__Task objective__:
From the line with "f 227 226 90" through the line with "f 300 282 280", repeat the entries verbatim, both end lines included, and add nothing.

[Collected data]
####################

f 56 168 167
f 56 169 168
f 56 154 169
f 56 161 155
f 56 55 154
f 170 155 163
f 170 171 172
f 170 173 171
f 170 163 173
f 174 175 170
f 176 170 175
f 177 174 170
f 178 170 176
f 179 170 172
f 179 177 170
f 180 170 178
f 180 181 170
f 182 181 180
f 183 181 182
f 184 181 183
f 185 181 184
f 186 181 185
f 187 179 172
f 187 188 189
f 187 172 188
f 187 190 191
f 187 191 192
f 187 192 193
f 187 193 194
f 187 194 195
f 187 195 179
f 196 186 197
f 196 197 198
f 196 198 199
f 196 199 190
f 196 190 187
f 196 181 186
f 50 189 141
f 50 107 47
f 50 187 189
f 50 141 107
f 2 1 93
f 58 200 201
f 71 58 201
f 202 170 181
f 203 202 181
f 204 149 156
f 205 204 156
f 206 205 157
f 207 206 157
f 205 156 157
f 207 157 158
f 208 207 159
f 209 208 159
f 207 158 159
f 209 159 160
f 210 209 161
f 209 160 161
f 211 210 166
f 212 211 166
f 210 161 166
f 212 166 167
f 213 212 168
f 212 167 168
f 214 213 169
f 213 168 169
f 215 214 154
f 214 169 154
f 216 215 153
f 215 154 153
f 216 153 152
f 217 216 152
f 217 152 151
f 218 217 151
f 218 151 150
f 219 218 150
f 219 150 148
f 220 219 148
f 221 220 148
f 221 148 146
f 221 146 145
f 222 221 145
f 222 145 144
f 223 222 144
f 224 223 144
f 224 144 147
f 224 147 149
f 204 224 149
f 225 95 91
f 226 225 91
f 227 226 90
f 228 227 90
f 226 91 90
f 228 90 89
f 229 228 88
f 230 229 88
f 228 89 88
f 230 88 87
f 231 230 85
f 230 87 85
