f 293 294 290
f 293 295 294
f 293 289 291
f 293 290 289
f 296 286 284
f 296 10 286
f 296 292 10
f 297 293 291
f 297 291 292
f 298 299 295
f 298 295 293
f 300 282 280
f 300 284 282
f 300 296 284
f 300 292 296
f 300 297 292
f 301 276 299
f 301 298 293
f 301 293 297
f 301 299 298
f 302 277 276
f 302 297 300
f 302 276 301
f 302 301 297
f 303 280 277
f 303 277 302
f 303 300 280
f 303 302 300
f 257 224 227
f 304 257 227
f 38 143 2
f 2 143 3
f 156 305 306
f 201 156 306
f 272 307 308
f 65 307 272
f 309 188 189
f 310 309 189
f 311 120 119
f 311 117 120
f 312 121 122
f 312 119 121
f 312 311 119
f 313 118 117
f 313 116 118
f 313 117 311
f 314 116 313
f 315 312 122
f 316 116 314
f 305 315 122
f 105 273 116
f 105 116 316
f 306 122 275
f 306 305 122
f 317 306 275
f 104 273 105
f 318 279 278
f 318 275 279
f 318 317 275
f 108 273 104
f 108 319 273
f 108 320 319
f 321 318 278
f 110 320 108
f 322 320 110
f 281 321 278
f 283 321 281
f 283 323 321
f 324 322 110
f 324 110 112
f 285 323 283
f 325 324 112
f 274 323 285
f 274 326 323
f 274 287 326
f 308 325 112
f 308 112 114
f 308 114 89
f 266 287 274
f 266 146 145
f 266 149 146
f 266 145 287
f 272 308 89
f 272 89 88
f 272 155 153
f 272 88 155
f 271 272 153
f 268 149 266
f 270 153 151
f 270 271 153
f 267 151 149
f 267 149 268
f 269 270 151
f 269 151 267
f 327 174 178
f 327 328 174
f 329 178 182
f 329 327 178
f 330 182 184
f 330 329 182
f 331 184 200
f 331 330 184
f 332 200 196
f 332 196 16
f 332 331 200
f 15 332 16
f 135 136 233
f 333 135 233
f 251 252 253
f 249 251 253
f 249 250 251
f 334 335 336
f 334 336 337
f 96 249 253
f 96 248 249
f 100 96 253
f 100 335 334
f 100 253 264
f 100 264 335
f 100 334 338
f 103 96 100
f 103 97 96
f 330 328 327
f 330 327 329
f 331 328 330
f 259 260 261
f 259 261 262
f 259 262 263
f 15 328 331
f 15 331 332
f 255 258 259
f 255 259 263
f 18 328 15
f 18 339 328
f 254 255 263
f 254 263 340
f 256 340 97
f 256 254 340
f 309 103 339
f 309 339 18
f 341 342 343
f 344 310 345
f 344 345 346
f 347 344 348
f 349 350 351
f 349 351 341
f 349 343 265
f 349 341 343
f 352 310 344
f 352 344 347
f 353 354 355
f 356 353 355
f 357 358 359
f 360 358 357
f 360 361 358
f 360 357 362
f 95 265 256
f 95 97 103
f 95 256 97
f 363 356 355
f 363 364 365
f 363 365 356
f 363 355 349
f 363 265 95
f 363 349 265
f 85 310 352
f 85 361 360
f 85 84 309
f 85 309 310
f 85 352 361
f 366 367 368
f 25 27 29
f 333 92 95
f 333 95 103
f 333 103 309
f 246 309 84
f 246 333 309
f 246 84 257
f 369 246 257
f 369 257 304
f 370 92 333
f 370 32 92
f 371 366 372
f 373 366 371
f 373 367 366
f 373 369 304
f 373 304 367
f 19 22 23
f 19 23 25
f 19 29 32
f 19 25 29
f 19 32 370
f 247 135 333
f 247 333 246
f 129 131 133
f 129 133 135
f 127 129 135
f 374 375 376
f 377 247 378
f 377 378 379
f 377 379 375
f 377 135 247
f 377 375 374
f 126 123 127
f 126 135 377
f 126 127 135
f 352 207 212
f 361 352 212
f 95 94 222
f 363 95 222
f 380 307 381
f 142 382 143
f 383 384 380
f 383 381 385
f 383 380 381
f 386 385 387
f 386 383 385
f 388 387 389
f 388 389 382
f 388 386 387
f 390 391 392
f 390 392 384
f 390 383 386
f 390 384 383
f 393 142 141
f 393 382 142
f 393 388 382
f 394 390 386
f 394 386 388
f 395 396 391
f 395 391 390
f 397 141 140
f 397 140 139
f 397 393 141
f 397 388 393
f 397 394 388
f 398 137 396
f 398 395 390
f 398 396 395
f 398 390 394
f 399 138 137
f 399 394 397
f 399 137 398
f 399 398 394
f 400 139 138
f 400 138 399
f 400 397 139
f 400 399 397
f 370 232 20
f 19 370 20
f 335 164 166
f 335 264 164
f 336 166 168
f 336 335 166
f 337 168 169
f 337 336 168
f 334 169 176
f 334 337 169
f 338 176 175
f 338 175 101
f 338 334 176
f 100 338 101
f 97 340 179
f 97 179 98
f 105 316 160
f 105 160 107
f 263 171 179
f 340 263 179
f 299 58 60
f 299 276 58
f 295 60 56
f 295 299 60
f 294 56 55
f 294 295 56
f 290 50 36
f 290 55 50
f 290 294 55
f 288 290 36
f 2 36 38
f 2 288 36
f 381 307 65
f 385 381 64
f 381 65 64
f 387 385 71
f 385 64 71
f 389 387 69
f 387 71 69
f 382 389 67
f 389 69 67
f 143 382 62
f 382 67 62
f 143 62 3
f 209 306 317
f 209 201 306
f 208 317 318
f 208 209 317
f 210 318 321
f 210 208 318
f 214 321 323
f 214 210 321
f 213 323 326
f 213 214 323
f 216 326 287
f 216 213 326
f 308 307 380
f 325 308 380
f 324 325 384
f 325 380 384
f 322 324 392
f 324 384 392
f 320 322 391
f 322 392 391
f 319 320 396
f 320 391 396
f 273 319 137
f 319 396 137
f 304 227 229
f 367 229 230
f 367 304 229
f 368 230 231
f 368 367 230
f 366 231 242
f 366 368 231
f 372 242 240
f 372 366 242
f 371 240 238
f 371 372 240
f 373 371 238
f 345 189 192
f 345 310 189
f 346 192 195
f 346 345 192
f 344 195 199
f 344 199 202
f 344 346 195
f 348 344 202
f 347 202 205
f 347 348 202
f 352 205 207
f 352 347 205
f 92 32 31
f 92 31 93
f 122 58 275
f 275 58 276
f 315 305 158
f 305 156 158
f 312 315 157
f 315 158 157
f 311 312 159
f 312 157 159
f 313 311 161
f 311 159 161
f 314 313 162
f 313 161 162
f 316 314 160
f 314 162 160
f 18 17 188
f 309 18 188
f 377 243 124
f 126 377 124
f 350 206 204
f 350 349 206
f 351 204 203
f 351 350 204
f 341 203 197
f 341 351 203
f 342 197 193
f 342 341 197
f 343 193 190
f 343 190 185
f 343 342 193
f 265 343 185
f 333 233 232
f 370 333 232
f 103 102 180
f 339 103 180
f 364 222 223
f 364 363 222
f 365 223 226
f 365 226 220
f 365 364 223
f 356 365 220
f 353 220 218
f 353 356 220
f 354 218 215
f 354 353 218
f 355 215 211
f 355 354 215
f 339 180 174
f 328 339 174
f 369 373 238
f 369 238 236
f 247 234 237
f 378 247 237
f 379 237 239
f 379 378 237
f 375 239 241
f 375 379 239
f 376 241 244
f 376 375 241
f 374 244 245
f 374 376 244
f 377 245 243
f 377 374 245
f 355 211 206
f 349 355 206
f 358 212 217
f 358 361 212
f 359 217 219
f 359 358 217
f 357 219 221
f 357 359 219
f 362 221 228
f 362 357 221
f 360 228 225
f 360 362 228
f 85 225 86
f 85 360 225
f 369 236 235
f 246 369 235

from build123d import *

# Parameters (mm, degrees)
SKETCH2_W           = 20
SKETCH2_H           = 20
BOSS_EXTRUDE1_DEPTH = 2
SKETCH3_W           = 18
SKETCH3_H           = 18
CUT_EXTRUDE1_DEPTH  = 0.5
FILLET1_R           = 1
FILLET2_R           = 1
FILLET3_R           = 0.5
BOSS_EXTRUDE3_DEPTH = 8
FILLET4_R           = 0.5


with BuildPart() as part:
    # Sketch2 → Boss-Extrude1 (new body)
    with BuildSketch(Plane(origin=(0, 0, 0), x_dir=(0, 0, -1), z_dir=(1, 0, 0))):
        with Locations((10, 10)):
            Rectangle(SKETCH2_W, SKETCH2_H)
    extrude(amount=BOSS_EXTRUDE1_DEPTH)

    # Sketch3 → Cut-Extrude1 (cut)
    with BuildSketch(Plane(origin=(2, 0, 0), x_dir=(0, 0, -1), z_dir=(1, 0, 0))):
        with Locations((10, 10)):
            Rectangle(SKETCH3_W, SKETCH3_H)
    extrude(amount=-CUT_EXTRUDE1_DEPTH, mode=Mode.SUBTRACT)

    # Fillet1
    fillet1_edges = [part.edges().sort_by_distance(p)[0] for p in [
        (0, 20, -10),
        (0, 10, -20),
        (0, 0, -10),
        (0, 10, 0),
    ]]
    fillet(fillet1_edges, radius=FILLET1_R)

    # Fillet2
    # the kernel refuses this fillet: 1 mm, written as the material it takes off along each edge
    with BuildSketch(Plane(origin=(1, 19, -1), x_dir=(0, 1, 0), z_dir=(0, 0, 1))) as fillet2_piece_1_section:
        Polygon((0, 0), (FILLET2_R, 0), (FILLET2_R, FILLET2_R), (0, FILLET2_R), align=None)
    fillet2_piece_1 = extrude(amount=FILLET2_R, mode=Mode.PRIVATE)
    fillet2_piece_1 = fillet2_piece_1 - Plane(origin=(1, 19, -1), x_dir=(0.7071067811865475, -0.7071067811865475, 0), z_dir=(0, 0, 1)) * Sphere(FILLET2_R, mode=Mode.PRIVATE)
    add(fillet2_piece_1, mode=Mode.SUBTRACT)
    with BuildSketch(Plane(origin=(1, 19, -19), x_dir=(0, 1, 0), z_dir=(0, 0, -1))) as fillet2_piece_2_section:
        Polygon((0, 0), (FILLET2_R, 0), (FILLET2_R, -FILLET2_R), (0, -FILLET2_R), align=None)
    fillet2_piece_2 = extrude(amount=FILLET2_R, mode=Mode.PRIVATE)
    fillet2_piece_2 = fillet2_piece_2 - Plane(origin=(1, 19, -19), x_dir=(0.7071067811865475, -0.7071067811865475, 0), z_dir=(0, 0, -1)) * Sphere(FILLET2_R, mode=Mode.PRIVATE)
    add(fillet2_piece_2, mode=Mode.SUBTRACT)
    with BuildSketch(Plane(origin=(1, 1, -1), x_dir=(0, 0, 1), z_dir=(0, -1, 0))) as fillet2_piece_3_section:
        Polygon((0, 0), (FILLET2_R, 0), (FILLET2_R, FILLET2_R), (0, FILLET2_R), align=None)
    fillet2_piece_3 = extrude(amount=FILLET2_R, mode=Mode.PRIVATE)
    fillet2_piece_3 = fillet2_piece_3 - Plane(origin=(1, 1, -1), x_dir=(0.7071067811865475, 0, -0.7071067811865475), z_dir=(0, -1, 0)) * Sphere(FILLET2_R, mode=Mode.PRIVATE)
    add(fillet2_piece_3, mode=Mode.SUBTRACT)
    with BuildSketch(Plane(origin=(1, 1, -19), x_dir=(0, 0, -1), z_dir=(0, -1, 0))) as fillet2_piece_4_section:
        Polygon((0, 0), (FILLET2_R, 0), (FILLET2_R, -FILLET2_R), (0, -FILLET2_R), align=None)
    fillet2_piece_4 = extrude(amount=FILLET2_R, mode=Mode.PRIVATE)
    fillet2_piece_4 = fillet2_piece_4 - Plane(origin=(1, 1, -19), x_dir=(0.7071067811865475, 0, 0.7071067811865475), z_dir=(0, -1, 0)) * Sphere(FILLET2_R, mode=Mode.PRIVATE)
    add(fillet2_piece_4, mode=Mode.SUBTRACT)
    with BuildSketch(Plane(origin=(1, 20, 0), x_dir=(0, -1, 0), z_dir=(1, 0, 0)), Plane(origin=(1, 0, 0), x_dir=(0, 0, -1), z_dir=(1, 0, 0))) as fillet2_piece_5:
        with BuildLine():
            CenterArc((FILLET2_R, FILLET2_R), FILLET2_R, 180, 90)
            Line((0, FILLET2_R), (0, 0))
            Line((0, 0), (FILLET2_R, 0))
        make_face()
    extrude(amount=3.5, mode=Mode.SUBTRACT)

####################

__Task response__:
f 227 226 90
f 228 227 90
f 226 91 90
f 228 90 89
f 229 228 88
f 230 229 88
f 228 89 88
f 230 88 87
f 231 230 85
f 230 87 85
f 293 294 290
f 293 295 294
f 293 289 291
f 293 290 289
f 296 286 284
f 296 10 286
f 296 292 10
f 297 293 291
f 297 291 292
f 298 299 295
f 298 295 293
f 300 282 280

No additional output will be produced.